Start of Task data
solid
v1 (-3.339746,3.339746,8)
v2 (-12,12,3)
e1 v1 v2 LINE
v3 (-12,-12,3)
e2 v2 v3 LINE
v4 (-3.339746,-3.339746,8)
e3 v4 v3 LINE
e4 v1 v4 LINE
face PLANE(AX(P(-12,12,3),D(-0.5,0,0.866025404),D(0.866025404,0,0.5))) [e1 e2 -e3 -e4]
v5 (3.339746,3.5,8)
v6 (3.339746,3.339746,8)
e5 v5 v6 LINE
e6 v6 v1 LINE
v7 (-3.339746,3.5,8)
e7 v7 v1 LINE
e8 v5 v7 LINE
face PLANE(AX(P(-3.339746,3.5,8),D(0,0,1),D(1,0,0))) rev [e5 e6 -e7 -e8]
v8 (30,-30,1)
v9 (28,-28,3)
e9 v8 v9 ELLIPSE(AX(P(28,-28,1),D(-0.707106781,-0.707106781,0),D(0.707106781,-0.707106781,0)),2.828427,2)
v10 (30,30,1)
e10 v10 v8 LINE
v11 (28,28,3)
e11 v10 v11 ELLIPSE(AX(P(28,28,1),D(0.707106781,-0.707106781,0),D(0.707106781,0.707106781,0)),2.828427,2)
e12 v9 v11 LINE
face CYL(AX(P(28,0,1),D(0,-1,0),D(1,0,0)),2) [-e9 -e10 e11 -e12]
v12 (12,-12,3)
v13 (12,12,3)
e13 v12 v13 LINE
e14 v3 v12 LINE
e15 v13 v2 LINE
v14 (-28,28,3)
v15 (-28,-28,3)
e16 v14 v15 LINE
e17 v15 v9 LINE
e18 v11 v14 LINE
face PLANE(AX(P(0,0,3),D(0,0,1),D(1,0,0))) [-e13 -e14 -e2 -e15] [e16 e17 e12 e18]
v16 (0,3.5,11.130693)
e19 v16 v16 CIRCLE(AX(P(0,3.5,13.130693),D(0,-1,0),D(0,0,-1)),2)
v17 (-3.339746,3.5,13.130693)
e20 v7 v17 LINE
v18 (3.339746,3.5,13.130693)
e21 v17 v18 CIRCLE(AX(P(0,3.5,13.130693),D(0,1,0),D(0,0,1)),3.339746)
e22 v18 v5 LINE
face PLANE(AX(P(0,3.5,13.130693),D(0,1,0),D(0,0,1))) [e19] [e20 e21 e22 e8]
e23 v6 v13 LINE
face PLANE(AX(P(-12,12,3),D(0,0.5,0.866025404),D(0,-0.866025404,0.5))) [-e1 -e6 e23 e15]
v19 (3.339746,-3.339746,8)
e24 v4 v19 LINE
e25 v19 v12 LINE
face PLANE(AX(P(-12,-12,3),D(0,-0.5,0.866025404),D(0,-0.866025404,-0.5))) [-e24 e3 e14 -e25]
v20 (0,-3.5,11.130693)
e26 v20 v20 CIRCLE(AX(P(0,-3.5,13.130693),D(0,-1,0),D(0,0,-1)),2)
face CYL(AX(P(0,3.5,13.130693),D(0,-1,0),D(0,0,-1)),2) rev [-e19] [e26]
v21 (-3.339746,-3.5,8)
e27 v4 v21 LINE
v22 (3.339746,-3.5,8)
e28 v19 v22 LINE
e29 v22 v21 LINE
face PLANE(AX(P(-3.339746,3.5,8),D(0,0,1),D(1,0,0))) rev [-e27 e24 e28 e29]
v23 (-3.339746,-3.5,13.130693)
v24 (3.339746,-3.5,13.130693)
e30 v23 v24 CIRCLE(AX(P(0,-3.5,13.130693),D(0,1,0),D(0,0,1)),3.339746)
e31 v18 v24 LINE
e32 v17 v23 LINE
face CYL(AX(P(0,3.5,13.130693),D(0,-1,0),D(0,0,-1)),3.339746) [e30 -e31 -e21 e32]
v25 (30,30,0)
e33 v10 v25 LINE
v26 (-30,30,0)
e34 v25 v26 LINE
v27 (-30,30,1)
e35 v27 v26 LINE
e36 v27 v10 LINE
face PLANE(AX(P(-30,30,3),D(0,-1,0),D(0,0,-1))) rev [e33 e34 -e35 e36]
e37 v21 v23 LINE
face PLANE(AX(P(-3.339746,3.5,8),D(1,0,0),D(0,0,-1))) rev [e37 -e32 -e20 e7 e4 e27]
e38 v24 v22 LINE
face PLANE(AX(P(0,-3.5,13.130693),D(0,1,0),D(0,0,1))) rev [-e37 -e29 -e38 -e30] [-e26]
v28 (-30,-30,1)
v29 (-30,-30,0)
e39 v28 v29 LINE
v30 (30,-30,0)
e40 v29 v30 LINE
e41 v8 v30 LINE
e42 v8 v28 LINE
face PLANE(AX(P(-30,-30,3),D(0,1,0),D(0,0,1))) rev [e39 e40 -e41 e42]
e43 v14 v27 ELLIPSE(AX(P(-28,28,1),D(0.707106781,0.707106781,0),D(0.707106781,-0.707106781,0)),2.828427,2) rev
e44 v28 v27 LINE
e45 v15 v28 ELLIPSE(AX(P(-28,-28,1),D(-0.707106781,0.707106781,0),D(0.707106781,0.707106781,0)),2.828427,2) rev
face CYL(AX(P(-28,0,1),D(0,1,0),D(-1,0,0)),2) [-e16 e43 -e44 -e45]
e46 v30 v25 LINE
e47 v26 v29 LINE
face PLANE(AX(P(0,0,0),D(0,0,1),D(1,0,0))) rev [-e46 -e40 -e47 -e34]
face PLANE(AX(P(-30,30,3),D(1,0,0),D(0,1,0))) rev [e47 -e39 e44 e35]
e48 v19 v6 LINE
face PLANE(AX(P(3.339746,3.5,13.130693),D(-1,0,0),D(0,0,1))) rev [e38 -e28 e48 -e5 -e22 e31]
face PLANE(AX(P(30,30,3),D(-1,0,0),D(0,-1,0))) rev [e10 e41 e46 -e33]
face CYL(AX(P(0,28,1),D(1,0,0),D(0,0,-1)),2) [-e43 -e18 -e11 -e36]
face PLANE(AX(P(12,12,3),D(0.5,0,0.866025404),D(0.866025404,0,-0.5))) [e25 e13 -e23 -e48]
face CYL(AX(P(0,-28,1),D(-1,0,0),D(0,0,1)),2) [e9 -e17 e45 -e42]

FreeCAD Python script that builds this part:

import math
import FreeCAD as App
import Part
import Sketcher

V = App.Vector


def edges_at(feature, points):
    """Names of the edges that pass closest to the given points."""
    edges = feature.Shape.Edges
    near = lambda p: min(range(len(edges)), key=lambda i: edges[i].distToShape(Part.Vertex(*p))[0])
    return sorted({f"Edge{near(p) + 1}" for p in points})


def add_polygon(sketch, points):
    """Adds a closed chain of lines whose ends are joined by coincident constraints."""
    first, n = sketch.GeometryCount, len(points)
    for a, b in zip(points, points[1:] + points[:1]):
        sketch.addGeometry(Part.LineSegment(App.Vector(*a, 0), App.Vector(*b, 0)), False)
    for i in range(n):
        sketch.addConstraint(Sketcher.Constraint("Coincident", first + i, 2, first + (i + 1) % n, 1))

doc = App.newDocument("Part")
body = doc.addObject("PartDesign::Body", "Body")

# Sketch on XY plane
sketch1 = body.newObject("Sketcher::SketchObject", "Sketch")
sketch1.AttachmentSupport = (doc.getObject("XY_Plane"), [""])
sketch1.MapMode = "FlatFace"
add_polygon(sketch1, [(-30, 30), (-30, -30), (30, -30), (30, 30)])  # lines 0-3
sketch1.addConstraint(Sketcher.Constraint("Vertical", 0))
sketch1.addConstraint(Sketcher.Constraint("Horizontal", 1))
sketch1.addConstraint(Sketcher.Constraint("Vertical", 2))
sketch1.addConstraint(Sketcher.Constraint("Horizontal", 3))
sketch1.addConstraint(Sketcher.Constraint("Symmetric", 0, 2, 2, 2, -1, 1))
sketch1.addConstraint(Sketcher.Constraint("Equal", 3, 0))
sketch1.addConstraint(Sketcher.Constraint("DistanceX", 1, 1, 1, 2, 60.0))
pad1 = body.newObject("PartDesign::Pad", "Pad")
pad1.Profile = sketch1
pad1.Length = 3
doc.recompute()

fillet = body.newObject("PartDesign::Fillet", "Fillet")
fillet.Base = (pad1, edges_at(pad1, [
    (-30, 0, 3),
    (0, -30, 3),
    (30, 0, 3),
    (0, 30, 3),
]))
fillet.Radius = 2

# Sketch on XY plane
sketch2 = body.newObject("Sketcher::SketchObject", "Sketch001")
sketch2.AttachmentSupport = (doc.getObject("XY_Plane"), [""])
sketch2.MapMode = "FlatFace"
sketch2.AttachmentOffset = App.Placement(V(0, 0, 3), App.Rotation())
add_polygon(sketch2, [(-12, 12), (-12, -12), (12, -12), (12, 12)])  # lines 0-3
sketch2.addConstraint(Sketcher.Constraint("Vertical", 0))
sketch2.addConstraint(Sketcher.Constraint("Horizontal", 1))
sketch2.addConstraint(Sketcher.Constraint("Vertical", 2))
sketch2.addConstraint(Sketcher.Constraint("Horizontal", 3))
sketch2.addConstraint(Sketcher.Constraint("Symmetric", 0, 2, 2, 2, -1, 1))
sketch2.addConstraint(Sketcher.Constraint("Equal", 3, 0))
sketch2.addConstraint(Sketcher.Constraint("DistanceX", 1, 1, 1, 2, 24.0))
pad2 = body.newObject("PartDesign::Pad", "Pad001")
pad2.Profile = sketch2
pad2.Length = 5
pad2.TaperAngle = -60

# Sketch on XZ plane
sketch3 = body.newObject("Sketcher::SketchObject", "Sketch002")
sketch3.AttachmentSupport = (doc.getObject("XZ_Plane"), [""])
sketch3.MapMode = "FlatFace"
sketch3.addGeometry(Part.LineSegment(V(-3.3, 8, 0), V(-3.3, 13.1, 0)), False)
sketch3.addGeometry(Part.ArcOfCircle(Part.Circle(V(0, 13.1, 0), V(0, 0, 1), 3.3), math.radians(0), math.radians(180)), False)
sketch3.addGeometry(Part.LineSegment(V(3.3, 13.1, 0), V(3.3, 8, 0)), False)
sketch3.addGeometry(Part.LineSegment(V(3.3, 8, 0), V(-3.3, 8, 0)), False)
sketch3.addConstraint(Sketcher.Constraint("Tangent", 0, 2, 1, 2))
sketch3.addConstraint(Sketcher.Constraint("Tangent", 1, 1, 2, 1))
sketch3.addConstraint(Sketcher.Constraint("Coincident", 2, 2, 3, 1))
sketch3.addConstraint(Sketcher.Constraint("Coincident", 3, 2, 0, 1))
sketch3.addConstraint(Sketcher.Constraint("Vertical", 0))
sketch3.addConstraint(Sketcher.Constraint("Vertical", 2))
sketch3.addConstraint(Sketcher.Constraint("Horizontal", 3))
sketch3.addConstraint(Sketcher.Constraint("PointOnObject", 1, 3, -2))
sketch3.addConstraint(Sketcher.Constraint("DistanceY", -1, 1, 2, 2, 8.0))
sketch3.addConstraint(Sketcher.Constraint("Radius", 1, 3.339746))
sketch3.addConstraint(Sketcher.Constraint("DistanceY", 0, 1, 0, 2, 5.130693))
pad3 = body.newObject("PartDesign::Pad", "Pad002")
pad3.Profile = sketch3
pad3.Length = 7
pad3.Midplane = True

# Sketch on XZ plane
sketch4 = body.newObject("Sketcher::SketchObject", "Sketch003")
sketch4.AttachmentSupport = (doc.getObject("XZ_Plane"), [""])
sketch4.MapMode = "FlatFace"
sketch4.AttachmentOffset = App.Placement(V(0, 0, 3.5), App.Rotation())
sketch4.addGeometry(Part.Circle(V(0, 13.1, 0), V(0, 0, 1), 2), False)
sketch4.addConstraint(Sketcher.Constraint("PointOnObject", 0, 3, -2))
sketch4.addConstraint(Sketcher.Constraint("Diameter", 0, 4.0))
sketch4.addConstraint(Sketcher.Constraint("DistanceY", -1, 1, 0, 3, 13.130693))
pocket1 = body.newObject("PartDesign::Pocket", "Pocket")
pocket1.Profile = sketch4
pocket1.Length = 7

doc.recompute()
End of Task data
Start of Task data
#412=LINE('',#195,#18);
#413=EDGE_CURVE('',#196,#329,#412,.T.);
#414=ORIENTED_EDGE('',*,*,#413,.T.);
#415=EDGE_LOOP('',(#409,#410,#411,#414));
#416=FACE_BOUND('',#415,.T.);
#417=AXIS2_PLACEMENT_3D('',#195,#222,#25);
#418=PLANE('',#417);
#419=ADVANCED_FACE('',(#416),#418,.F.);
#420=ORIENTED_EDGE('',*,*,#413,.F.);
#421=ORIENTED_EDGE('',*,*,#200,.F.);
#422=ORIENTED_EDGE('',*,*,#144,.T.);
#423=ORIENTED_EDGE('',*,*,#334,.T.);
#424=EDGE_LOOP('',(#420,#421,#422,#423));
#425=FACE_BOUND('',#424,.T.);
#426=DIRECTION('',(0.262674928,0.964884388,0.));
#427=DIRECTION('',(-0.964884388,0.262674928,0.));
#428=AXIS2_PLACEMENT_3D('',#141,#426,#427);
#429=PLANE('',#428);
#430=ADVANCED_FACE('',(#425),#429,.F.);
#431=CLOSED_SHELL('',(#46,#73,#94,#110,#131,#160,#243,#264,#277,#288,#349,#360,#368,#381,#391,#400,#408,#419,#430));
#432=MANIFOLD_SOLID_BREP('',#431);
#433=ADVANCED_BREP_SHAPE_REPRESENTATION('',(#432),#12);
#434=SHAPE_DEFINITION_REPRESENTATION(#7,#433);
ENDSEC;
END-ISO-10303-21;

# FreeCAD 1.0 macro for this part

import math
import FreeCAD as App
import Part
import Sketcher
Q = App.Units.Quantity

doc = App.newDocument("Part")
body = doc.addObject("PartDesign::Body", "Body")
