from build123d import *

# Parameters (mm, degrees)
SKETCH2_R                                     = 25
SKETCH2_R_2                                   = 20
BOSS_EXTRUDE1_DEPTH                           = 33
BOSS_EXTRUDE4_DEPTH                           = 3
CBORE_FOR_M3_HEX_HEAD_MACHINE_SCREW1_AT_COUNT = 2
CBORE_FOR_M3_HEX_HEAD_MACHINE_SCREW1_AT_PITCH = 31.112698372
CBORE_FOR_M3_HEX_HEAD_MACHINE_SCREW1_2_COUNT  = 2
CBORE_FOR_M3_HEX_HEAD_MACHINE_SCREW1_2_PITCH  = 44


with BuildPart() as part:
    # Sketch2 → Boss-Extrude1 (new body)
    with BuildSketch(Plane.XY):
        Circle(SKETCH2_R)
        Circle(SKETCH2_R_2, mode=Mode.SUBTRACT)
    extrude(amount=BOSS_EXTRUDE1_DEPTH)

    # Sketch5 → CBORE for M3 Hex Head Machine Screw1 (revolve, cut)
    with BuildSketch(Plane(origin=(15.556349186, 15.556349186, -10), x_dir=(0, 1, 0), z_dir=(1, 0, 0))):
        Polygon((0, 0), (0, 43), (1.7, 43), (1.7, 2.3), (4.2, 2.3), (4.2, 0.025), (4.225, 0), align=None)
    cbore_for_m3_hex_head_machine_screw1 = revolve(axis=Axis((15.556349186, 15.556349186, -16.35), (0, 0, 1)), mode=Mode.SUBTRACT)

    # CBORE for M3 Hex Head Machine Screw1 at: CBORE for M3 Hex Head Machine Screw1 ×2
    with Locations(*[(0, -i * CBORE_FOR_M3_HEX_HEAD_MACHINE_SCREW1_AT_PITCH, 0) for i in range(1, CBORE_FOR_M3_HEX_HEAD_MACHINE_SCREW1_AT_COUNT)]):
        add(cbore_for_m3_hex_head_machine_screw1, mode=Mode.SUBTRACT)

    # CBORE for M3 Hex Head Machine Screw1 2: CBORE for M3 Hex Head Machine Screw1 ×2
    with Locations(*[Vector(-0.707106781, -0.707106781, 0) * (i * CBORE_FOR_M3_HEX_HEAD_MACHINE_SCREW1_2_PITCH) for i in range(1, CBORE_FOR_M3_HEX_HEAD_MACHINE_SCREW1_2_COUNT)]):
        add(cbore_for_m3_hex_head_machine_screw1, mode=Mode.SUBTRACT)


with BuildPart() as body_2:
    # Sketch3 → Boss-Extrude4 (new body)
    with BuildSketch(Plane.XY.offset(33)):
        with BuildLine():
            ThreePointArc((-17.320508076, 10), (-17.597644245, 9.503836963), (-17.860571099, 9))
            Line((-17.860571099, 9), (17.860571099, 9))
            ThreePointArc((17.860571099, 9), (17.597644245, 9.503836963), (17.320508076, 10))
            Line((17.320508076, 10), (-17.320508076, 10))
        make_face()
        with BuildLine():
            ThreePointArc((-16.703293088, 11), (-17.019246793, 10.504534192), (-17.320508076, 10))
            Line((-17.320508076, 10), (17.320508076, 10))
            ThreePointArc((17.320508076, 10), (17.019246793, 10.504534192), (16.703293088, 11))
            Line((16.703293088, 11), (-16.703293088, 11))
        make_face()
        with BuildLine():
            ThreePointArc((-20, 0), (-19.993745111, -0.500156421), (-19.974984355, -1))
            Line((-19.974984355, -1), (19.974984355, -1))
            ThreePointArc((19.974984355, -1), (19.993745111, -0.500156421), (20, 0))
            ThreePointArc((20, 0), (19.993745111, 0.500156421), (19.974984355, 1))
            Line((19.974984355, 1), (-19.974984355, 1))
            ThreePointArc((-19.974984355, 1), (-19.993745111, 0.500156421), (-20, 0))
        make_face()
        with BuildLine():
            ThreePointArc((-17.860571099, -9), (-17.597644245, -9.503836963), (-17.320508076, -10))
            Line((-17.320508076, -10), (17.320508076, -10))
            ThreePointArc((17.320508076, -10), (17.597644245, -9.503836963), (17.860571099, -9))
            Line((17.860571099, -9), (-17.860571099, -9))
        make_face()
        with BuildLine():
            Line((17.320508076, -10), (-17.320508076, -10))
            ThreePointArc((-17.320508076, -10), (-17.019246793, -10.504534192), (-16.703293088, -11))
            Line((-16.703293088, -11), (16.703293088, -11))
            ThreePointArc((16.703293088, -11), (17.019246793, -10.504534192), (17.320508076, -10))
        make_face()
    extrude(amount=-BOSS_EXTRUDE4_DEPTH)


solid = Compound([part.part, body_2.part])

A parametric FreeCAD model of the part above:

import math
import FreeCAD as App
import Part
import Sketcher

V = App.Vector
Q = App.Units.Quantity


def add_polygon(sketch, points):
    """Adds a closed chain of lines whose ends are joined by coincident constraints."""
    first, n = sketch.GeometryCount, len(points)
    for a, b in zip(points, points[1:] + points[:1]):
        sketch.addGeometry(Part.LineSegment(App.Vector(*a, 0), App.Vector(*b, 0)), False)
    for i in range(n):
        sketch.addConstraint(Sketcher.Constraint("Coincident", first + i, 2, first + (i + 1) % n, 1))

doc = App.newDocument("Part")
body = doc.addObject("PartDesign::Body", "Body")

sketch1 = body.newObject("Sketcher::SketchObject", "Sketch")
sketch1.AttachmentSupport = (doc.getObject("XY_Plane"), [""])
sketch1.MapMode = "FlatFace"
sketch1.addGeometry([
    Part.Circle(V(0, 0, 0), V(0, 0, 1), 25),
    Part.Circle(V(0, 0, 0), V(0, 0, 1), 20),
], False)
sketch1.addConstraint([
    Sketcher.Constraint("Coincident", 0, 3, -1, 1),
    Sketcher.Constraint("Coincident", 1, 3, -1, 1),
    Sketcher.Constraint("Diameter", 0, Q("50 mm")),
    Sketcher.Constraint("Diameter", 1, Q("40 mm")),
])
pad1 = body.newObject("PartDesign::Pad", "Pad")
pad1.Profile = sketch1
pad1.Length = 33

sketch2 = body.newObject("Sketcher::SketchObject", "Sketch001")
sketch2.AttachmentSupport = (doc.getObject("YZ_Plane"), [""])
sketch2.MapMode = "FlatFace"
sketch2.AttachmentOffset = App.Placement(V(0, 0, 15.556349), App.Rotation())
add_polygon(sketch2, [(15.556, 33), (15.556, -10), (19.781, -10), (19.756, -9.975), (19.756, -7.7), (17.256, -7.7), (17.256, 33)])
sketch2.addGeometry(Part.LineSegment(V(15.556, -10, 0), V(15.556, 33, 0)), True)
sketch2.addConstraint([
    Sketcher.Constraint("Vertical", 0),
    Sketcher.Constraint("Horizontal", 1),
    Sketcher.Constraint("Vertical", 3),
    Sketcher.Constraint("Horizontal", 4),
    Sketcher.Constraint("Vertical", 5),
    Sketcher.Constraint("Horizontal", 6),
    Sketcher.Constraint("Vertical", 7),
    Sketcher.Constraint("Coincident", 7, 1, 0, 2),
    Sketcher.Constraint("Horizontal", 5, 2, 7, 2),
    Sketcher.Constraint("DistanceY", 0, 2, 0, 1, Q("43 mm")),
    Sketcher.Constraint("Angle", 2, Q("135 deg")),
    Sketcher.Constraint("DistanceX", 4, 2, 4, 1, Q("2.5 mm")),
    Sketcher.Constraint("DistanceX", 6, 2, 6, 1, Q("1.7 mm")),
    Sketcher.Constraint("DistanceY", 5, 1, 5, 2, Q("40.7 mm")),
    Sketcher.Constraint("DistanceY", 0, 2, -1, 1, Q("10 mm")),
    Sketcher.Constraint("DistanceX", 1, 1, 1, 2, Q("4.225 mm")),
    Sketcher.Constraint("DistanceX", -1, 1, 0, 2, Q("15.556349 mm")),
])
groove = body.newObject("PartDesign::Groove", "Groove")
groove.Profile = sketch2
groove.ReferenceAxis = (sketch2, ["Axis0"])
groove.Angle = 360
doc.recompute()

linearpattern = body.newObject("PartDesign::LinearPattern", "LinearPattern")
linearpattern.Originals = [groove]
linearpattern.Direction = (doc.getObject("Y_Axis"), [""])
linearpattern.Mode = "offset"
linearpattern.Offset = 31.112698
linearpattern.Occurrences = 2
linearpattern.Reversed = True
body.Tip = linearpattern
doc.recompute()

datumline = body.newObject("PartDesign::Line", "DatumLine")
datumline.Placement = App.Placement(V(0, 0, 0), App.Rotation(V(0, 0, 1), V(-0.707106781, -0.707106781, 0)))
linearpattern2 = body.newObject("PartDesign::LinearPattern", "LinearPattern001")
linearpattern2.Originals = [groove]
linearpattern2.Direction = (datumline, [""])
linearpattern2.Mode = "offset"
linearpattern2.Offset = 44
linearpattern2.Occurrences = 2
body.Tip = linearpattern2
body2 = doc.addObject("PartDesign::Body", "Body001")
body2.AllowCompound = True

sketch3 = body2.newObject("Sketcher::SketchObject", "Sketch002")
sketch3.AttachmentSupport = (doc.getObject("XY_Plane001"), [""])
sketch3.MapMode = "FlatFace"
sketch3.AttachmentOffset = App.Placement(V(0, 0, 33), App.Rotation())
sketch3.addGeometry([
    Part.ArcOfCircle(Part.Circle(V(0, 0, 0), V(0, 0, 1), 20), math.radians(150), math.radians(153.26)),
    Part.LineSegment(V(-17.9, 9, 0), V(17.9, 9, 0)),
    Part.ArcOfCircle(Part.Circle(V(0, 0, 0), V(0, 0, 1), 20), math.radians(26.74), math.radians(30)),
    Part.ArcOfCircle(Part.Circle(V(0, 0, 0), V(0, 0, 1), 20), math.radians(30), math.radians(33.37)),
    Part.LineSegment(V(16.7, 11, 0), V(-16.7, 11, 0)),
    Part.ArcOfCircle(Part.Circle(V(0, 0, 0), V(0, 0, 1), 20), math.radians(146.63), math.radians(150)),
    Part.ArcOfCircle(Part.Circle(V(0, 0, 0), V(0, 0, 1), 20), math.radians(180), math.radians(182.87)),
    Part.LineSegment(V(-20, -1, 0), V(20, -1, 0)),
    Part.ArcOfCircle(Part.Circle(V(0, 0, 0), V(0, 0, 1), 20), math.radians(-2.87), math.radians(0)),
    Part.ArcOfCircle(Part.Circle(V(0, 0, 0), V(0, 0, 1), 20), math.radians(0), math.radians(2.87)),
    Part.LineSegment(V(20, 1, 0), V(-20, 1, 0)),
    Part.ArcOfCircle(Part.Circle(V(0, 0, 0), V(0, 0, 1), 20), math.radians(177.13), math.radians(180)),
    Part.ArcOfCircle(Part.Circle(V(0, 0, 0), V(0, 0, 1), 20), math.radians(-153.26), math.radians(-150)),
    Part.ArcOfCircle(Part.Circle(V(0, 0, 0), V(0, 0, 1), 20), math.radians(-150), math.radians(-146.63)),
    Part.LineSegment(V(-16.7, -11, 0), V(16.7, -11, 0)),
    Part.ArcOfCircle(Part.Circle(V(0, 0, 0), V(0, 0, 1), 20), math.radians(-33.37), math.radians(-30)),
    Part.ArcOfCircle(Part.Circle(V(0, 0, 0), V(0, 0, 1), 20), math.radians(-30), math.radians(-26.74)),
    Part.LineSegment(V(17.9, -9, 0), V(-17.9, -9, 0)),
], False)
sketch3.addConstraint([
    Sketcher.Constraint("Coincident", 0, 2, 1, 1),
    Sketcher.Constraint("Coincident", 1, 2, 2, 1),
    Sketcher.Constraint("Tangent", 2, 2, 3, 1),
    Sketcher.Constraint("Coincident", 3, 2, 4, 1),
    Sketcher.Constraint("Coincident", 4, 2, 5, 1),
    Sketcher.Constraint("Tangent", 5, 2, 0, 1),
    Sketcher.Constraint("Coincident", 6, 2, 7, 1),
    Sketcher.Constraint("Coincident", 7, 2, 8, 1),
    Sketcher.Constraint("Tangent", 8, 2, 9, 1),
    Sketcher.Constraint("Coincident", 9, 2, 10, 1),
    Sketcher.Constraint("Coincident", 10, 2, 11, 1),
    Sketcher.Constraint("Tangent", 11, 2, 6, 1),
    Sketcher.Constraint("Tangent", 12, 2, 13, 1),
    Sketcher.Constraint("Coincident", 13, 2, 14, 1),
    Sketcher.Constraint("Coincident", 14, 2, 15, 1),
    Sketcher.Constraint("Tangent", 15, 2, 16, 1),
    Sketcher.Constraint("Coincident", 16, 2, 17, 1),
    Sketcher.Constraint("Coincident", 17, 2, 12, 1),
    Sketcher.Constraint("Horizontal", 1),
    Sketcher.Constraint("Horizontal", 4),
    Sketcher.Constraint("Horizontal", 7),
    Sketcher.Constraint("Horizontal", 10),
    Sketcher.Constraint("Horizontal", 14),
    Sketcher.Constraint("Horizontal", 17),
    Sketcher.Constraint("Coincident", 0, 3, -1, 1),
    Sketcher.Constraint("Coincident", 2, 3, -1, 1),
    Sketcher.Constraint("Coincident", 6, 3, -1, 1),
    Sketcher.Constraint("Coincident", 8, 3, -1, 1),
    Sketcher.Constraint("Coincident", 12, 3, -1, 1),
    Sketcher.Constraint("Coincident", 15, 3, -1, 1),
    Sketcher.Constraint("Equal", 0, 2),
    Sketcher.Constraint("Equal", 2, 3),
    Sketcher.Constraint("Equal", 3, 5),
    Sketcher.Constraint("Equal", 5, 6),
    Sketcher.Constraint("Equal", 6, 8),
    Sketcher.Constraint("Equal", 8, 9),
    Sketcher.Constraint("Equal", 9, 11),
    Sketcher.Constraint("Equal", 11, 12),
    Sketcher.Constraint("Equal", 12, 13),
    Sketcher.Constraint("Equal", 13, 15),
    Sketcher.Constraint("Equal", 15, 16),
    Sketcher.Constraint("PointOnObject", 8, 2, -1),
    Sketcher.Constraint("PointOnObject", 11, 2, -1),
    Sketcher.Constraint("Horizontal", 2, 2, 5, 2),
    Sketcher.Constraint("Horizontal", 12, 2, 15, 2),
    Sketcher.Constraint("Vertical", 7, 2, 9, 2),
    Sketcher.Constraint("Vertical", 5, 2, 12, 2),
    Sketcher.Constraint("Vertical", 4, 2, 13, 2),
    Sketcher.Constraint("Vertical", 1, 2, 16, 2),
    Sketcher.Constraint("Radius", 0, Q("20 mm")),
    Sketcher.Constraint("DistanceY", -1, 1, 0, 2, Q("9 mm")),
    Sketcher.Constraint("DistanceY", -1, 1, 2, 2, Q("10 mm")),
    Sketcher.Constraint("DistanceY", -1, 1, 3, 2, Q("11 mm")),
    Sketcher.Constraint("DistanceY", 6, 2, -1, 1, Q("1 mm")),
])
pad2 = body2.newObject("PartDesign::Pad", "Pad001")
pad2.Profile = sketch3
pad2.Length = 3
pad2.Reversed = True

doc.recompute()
End of Task data
Retype the portion of the data above that starts on the line with "v28 (-30,-30,1)" and finishes on the line with "face PLANE(AX(P(0,0,0),D(0,0,1),D(1,0,0))) rev", including both of those lines.

v28 (-30,-30,1)
v29 (-30,-30,0)
e39 v28 v29 LINE
v30 (30,-30,0)
e40 v29 v30 LINE
e41 v8 v30 LINE
e42 v8 v28 LINE
face PLANE(AX(P(-30,-30,3),D(0,1,0),D(0,0,1))) rev [e39 e40 -e41 e42]
e43 v14 v27 ELLIPSE(AX(P(-28,28,1),D(0.707106781,0.707106781,0),D(0.707106781,-0.707106781,0)),2.828427,2) rev
e44 v28 v27 LINE
e45 v15 v28 ELLIPSE(AX(P(-28,-28,1),D(-0.707106781,0.707106781,0),D(0.707106781,0.707106781,0)),2.828427,2) rev
face CYL(AX(P(-28,0,1),D(0,1,0),D(-1,0,0)),2) [-e16 e43 -e44 -e45]
e46 v30 v25 LINE
e47 v26 v29 LINE
face PLANE(AX(P(0,0,0),D(0,0,1),D(1,0,0))) rev [-e46 -e40 -e47 -e34]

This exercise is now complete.